:: MATERIALS PROVIDED ::

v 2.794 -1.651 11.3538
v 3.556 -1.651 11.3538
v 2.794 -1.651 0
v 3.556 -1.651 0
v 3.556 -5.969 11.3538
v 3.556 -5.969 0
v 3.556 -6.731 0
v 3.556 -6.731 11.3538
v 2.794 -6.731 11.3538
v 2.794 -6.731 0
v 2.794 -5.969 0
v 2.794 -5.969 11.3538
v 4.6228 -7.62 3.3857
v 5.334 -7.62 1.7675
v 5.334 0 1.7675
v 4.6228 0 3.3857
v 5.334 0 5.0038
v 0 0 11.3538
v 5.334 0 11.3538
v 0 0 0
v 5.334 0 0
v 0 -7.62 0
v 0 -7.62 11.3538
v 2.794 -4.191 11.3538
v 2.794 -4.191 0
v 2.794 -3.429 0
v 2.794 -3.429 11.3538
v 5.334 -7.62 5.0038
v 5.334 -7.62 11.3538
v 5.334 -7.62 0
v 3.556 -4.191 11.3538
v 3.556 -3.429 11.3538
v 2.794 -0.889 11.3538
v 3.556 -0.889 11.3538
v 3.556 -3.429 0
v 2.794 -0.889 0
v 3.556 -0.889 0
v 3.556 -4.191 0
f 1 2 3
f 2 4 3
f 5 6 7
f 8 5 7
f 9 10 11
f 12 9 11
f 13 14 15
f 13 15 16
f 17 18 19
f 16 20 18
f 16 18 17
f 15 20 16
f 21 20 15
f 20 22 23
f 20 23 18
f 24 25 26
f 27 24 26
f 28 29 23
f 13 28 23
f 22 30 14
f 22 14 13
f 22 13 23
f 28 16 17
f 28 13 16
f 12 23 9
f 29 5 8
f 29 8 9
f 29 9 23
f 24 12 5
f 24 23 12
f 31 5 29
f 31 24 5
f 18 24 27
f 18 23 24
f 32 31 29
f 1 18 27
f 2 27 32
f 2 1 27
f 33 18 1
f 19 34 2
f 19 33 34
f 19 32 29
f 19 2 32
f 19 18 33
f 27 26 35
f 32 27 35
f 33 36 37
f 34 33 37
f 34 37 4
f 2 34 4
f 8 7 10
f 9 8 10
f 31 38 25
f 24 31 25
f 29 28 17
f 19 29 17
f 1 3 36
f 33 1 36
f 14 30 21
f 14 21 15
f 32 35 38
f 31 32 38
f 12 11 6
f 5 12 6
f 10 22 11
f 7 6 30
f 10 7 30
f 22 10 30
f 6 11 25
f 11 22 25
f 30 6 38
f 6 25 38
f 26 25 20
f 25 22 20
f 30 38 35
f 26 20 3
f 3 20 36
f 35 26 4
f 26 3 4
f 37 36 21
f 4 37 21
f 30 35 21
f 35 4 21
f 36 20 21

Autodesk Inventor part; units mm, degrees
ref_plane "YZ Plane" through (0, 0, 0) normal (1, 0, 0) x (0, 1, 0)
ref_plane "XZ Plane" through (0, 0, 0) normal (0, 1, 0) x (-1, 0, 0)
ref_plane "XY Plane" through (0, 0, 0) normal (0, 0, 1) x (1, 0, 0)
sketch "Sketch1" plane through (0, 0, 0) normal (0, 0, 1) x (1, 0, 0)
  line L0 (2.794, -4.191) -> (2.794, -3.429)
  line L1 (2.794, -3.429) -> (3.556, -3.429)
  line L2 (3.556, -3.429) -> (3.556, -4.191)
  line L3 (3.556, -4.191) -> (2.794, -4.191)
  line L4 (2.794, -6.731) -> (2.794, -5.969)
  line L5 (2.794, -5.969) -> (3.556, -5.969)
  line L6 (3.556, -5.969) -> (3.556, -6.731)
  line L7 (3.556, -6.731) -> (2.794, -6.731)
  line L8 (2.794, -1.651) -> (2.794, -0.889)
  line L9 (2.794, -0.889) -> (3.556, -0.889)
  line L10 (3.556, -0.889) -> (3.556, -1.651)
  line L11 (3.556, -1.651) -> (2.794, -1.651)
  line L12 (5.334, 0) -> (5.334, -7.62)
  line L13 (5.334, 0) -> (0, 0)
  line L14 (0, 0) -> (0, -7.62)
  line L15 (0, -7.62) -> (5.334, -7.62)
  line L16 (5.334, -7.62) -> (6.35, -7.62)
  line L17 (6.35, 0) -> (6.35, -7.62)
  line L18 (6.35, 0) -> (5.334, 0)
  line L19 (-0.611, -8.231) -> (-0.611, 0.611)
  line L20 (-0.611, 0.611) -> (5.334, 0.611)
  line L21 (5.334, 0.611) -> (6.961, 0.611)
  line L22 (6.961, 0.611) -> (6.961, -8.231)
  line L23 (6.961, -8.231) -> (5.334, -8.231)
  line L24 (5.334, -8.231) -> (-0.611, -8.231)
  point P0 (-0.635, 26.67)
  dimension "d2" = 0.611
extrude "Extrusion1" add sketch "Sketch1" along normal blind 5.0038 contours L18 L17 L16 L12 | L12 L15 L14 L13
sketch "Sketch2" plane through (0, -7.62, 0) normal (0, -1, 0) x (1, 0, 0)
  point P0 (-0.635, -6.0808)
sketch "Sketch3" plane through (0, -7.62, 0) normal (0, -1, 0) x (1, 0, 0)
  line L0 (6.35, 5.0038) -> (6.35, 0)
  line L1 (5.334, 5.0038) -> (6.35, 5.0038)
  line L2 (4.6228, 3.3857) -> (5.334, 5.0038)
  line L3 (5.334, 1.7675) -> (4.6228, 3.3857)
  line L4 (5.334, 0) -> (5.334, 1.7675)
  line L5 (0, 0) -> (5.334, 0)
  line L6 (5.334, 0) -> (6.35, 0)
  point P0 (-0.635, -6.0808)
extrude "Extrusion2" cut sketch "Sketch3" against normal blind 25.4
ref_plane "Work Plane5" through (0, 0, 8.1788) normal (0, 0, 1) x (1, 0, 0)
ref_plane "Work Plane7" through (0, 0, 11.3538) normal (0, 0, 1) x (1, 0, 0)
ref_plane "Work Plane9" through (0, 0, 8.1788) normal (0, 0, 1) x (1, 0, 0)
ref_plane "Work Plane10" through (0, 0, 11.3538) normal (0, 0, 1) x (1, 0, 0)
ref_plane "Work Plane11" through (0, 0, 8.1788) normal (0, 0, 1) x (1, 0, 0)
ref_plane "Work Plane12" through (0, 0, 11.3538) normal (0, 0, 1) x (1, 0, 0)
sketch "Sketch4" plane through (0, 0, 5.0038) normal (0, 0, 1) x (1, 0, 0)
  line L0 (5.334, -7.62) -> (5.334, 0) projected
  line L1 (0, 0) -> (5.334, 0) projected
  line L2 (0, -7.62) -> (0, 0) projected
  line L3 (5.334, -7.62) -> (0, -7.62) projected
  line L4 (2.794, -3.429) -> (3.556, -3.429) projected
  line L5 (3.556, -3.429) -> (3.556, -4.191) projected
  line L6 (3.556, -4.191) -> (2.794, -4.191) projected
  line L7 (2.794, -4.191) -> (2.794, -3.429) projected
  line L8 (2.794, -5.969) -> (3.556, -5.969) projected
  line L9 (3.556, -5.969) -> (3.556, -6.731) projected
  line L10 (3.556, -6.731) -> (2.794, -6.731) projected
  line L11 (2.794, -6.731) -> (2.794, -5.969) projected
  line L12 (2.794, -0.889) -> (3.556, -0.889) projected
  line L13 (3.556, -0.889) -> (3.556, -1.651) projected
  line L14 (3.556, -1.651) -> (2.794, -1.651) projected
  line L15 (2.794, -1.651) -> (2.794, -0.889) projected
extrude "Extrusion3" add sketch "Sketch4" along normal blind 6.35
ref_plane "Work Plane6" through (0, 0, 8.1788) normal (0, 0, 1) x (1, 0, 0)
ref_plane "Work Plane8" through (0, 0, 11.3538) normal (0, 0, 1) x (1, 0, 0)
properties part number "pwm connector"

:::

- **THE PROBLEM**: Exactly as they appear above, print all the entries.

- **ANSWER TO THIS EXERCISE**:
v 2.794 -1.651 11.3538
v 3.556 -1.651 11.3538
v 2.794 -1.651 0
v 3.556 -1.651 0
v 3.556 -5.969 11.3538
v 3.556 -5.969 0
v 3.556 -6.731 0
v 3.556 -6.731 11.3538
v 2.794 -6.731 11.3538
v 2.794 -6.731 0
v 2.794 -5.969 0
v 2.794 -5.969 11.3538
v 4.6228 -7.62 3.3857
v 5.334 -7.62 1.7675
v 5.334 0 1.7675
v 4.6228 0 3.3857
v 5.334 0 5.0038
v 0 0 11.3538
v 5.334 0 11.3538
v 0 0 0
v 5.334 0 0
v 0 -7.62 0
v 0 -7.62 11.3538
v 2.794 -4.191 11.3538
v 2.794 -4.191 0
v 2.794 -3.429 0
v 2.794 -3.429 11.3538
v 5.334 -7.62 5.0038
v 5.334 -7.62 11.3538
v 5.334 -7.62 0
v 3.556 -4.191 11.3538
v 3.556 -3.429 11.3538
v 2.794 -0.889 11.3538
v 3.556 -0.889 11.3538
v 3.556 -3.429 0
v 2.794 -0.889 0
v 3.556 -0.889 0
v 3.556 -4.191 0
f 1 2 3
f 2 4 3
f 5 6 7
f 8 5 7
f 9 10 11
f 12 9 11
f 13 14 15
f 13 15 16
f 17 18 19
f 16 20 18
f 16 18 17
f 15 20 16
f 21 20 15
f 20 22 23
f 20 23 18
f 24 25 26
f 27 24 26
f 28 29 23
f 13 28 23
f 22 30 14
f 22 14 13
f 22 13 23
f 28 16 17
f 28 13 16
f 12 23 9
f 29 5 8
f 29 8 9
f 29 9 23
f 24 12 5
f 24 23 12
f 31 5 29
f 31 24 5
f 18 24 27
f 18 23 24
f 32 31 29
f 1 18 27
f 2 27 32
f 2 1 27
f 33 18 1
f 19 34 2
f 19 33 34
f 19 32 29
f 19 2 32
f 19 18 33
f 27 26 35
f 32 27 35
f 33 36 37
f 34 33 37
f 34 37 4
f 2 34 4
f 8 7 10
f 9 8 10
f 31 38 25
f 24 31 25
f 29 28 17
f 19 29 17
f 1 3 36
f 33 1 36
f 14 30 21
f 14 21 15
f 32 35 38
f 31 32 38
f 12 11 6
f 5 12 6
f 10 22 11
f 7 6 30
f 10 7 30
f 22 10 30
f 6 11 25
f 11 22 25
f 30 6 38
f 6 25 38
f 26 25 20
f 25 22 20
f 30 38 35
f 26 20 3
f 3 20 36
f 35 26 4
f 26 3 4
f 37 36 21
f 4 37 21
f 30 35 21
f 35 4 21
f 36 20 21

Autodesk Inventor part; units mm, degrees
ref_plane "YZ Plane" through (0, 0, 0) normal (1, 0, 0) x (0, 1, 0)
ref_plane "XZ Plane" through (0, 0, 0) normal (0, 1, 0) x (-1, 0, 0)
ref_plane "XY Plane" through (0, 0, 0) normal (0, 0, 1) x (1, 0, 0)
sketch "Sketch1" plane through (0, 0, 0) normal (0, 0, 1) x (1, 0, 0)
  line L0 (2.794, -4.191) -> (2.794, -3.429)
  line L1 (2.794, -3.429) -> (3.556, -3.429)
  line L2 (3.556, -3.429) -> (3.556, -4.191)
  line L3 (3.556, -4.191) -> (2.794, -4.191)
  line L4 (2.794, -6.731) -> (2.794, -5.969)
  line L5 (2.794, -5.969) -> (3.556, -5.969)
  line L6 (3.556, -5.969) -> (3.556, -6.731)
  line L7 (3.556, -6.731) -> (2.794, -6.731)
  line L8 (2.794, -1.651) -> (2.794, -0.889)
  line L9 (2.794, -0.889) -> (3.556, -0.889)
  line L10 (3.556, -0.889) -> (3.556, -1.651)
  line L11 (3.556, -1.651) -> (2.794, -1.651)
  line L12 (5.334, 0) -> (5.334, -7.62)
  line L13 (5.334, 0) -> (0, 0)
  line L14 (0, 0) -> (0, -7.62)
  line L15 (0, -7.62) -> (5.334, -7.62)
  line L16 (5.334, -7.62) -> (6.35, -7.62)
  line L17 (6.35, 0) -> (6.35, -7.62)
  line L18 (6.35, 0) -> (5.334, 0)
  line L19 (-0.611, -8.231) -> (-0.611, 0.611)
  line L20 (-0.611, 0.611) -> (5.334, 0.611)
  line L21 (5.334, 0.611) -> (6.961, 0.611)
  line L22 (6.961, 0.611) -> (6.961, -8.231)
  line L23 (6.961, -8.231) -> (5.334, -8.231)
  line L24 (5.334, -8.231) -> (-0.611, -8.231)
  point P0 (-0.635, 26.67)
  dimension "d2" = 0.611
extrude "Extrusion1" add sketch "Sketch1" along normal blind 5.0038 contours L18 L17 L16 L12 | L12 L15 L14 L13
sketch "Sketch2" plane through (0, -7.62, 0) normal (0, -1, 0) x (1, 0, 0)
  point P0 (-0.635, -6.0808)
sketch "Sketch3" plane through (0, -7.62, 0) normal (0, -1, 0) x (1, 0, 0)
  line L0 (6.35, 5.0038) -> (6.35, 0)
  line L1 (5.334, 5.0038) -> (6.35, 5.0038)
  line L2 (4.6228, 3.3857) -> (5.334, 5.0038)
  line L3 (5.334, 1.7675) -> (4.6228, 3.3857)
  line L4 (5.334, 0) -> (5.334, 1.7675)
  line L5 (0, 0) -> (5.334, 0)
  line L6 (5.334, 0) -> (6.35, 0)
  point P0 (-0.635, -6.0808)
extrude "Extrusion2" cut sketch "Sketch3" against normal blind 25.4
ref_plane "Work Plane5" through (0, 0, 8.1788) normal (0, 0, 1) x (1, 0, 0)
ref_plane "Work Plane7" through (0, 0, 11.3538) normal (0, 0, 1) x (1, 0, 0)
ref_plane "Work Plane9" through (0, 0, 8.1788) normal (0, 0, 1) x (1, 0, 0)
ref_plane "Work Plane10" through (0, 0, 11.3538) normal (0, 0, 1) x (1, 0, 0)
ref_plane "Work Plane11" through (0, 0, 8.1788) normal (0, 0, 1) x (1, 0, 0)
ref_plane "Work Plane12" through (0, 0, 11.3538) normal (0, 0, 1) x (1, 0, 0)
sketch "Sketch4" plane through (0, 0, 5.0038) normal (0, 0, 1) x (1, 0, 0)
  line L0 (5.334, -7.62) -> (5.334, 0) projected
  line L1 (0, 0) -> (5.334, 0) projected
  line L2 (0, -7.62) -> (0, 0) projected
  line L3 (5.334, -7.62) -> (0, -7.62) projected
  line L4 (2.794, -3.429) -> (3.556, -3.429) projected
  line L5 (3.556, -3.429) -> (3.556, -4.191) projected
  line L6 (3.556, -4.191) -> (2.794, -4.191) projected
  line L7 (2.794, -4.191) -> (2.794, -3.429) projected
  line L8 (2.794, -5.969) -> (3.556, -5.969) projected
  line L9 (3.556, -5.969) -> (3.556, -6.731) projected
  line L10 (3.556, -6.731) -> (2.794, -6.731) projected
  line L11 (2.794, -6.731) -> (2.794, -5.969) projected
  line L12 (2.794, -0.889) -> (3.556, -0.889) projected
  line L13 (3.556, -0.889) -> (3.556, -1.651) projected
  line L14 (3.556, -1.651) -> (2.794, -1.651) projected
  line L15 (2.794, -1.651) -> (2.794, -0.889) projected
extrude "Extrusion3" add sketch "Sketch4" along normal blind 6.35
ref_plane "Work Plane6" through (0, 0, 8.1788) normal (0, 0, 1) x (1, 0, 0)
ref_plane "Work Plane8" through (0, 0, 11.3538) normal (0, 0, 1) x (1, 0, 0)
properties part number "pwm connector"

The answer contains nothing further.